[Collected data entries]
——————————

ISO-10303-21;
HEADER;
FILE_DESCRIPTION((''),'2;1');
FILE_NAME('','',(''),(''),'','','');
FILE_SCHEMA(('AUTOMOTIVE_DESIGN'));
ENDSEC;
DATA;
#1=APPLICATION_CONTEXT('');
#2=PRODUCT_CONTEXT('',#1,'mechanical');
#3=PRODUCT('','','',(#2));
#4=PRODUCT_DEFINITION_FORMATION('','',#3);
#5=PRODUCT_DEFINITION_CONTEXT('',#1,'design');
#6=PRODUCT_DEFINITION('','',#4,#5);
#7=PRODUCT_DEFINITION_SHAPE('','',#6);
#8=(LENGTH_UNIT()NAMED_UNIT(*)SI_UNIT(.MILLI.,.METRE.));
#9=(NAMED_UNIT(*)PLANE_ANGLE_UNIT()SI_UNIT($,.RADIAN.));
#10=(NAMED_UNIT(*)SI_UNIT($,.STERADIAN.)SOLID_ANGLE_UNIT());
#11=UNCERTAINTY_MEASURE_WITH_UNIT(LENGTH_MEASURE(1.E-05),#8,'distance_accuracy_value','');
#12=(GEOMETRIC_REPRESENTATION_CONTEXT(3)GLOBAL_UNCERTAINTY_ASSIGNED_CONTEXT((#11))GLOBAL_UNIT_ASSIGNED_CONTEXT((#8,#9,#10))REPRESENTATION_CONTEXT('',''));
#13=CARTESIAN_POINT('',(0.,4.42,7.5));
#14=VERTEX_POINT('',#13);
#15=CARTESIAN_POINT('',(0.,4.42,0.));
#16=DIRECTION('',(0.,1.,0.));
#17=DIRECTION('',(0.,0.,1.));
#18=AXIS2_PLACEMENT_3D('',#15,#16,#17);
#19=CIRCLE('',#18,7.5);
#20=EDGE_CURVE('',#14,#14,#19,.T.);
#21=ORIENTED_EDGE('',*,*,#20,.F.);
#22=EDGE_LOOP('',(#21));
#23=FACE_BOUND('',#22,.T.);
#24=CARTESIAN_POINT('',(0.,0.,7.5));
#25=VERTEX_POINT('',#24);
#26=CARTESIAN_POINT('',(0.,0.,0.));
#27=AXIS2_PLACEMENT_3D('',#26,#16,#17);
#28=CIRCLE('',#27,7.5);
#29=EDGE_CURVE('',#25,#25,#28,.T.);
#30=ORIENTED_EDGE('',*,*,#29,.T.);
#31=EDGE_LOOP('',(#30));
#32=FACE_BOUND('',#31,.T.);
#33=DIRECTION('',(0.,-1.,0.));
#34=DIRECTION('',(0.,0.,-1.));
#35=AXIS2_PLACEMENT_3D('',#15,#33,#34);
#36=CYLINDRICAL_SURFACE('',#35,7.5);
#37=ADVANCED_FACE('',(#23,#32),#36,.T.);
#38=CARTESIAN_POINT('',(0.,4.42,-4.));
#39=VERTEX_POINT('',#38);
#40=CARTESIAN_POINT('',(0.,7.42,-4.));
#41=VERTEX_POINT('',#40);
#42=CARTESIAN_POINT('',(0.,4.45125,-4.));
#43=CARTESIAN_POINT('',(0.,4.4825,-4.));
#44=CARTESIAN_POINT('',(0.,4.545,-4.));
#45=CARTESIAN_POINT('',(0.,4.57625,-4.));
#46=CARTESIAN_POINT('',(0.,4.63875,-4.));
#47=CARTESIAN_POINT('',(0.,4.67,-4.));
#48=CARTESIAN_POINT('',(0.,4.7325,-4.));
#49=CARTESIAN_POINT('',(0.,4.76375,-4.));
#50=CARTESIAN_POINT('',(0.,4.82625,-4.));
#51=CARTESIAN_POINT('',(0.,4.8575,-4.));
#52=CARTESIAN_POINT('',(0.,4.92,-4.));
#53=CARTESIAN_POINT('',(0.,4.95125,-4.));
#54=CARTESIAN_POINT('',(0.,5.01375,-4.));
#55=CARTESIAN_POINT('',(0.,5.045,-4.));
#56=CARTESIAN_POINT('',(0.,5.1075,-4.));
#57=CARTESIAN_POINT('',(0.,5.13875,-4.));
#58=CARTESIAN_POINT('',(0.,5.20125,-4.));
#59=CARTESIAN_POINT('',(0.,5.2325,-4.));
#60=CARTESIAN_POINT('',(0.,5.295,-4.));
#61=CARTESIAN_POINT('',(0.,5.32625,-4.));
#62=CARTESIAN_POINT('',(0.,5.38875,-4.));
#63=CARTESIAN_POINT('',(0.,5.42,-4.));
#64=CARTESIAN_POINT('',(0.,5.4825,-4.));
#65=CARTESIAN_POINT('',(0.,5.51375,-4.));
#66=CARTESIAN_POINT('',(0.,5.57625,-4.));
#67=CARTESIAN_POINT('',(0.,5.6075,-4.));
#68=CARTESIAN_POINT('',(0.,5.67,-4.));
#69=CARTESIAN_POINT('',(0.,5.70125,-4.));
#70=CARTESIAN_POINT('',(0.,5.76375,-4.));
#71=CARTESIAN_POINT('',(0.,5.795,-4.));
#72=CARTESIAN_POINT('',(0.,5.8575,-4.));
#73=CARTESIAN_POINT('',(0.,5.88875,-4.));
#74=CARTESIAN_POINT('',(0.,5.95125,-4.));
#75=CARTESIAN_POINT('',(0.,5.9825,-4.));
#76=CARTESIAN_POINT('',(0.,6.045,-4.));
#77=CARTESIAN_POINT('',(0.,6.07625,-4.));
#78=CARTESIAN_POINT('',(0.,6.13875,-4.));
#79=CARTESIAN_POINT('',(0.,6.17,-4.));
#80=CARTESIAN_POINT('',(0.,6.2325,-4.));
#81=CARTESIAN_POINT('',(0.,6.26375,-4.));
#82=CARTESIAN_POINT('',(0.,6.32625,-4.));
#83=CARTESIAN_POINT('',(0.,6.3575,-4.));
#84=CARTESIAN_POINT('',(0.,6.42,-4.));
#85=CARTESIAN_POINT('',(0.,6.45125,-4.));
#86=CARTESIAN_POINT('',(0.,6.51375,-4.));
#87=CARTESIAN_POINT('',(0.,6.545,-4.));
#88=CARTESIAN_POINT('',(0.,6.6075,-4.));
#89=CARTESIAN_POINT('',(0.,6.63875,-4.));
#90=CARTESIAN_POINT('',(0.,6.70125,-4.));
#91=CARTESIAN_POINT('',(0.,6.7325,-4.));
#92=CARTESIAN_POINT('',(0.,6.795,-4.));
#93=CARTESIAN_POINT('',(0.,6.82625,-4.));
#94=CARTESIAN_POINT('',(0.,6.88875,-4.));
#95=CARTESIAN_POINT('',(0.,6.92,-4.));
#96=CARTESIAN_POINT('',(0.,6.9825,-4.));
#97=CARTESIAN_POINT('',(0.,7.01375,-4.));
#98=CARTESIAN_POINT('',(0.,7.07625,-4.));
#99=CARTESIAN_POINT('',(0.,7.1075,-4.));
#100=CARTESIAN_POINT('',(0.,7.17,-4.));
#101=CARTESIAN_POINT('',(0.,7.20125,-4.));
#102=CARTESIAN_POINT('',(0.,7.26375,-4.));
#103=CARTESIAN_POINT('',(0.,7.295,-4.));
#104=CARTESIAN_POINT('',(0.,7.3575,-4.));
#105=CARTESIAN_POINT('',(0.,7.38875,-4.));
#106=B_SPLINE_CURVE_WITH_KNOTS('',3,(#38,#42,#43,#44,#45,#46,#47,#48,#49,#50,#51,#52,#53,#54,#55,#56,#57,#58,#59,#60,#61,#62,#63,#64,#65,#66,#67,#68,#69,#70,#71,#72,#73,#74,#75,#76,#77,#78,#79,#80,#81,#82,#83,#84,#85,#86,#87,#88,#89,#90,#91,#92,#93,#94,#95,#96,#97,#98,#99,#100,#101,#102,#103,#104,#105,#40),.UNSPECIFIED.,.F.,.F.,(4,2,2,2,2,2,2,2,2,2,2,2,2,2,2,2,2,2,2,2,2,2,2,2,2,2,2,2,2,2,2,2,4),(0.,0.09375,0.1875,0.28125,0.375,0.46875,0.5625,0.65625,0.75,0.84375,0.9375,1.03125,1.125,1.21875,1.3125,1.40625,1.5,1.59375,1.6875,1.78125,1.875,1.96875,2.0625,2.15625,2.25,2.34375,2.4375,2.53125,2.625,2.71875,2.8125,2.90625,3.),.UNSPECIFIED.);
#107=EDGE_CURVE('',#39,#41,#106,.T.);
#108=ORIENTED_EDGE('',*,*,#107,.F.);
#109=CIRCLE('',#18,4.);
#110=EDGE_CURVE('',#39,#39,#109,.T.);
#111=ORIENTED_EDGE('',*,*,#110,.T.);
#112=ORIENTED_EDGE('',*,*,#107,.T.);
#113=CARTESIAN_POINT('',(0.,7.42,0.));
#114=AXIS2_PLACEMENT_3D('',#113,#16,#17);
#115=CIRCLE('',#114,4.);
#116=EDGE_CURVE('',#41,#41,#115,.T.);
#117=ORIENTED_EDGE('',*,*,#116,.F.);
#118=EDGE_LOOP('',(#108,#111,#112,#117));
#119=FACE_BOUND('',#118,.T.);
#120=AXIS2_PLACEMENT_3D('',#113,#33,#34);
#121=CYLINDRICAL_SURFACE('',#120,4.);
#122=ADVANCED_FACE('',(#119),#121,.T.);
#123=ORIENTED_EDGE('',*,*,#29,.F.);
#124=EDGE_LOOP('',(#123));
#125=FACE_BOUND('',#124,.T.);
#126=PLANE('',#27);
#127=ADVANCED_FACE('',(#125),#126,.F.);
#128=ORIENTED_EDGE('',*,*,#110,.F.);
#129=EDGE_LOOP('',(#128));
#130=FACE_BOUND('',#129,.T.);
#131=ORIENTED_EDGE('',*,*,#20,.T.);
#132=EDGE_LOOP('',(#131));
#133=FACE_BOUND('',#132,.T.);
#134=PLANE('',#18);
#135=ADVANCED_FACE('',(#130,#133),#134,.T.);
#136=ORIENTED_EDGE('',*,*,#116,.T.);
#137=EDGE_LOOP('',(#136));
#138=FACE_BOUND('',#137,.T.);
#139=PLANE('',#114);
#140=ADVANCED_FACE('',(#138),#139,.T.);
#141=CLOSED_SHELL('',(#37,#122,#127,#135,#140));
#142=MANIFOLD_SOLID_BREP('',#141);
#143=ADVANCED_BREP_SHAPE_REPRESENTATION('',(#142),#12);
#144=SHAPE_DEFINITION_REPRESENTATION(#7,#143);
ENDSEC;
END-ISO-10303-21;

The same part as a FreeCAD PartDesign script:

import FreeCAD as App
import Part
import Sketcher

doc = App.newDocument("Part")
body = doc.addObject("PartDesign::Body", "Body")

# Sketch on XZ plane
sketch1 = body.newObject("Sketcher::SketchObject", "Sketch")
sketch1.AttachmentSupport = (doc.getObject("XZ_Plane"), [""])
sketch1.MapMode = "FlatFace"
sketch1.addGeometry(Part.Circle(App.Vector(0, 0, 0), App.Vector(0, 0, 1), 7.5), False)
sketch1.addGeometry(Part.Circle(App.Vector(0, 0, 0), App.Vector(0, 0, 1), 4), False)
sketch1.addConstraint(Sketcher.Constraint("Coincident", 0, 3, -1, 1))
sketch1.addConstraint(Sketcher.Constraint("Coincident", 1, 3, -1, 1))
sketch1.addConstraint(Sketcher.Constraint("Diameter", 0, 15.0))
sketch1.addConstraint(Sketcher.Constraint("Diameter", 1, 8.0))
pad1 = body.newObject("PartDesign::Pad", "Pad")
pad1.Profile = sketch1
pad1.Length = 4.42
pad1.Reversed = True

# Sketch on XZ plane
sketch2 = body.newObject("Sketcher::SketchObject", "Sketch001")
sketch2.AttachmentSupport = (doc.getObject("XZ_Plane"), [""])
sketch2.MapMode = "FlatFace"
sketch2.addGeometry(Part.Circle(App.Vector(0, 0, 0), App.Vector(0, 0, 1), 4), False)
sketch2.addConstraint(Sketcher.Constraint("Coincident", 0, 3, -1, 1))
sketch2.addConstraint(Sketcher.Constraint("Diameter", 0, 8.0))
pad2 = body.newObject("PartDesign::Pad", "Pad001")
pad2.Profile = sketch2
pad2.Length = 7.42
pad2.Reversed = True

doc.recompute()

——————————

What you will do:
Transcribe only the lines from the beginning of the entries to the line with "#10=(NAMED_UNIT(*)SI_UNIT($,.STERADIAN.)SOLID_ANGLE_UNIT());", inclusive, exactly as written.

Exercise answer:
ISO-10303-21;
HEADER;
FILE_DESCRIPTION((''),'2;1');
FILE_NAME('','',(''),(''),'','','');
FILE_SCHEMA(('AUTOMOTIVE_DESIGN'));
ENDSEC;
DATA;
#1=APPLICATION_CONTEXT('');
#2=PRODUCT_CONTEXT('',#1,'mechanical');
#3=PRODUCT('','','',(#2));
#4=PRODUCT_DEFINITION_FORMATION('','',#3);
#5=PRODUCT_DEFINITION_CONTEXT('',#1,'design');
#6=PRODUCT_DEFINITION('','',#4,#5);
#7=PRODUCT_DEFINITION_SHAPE('','',#6);
#8=(LENGTH_UNIT()NAMED_UNIT(*)SI_UNIT(.MILLI.,.METRE.));
#9=(NAMED_UNIT(*)PLANE_ANGLE_UNIT()SI_UNIT($,.RADIAN.));
#10=(NAMED_UNIT(*)SI_UNIT($,.STERADIAN.)SOLID_ANGLE_UNIT());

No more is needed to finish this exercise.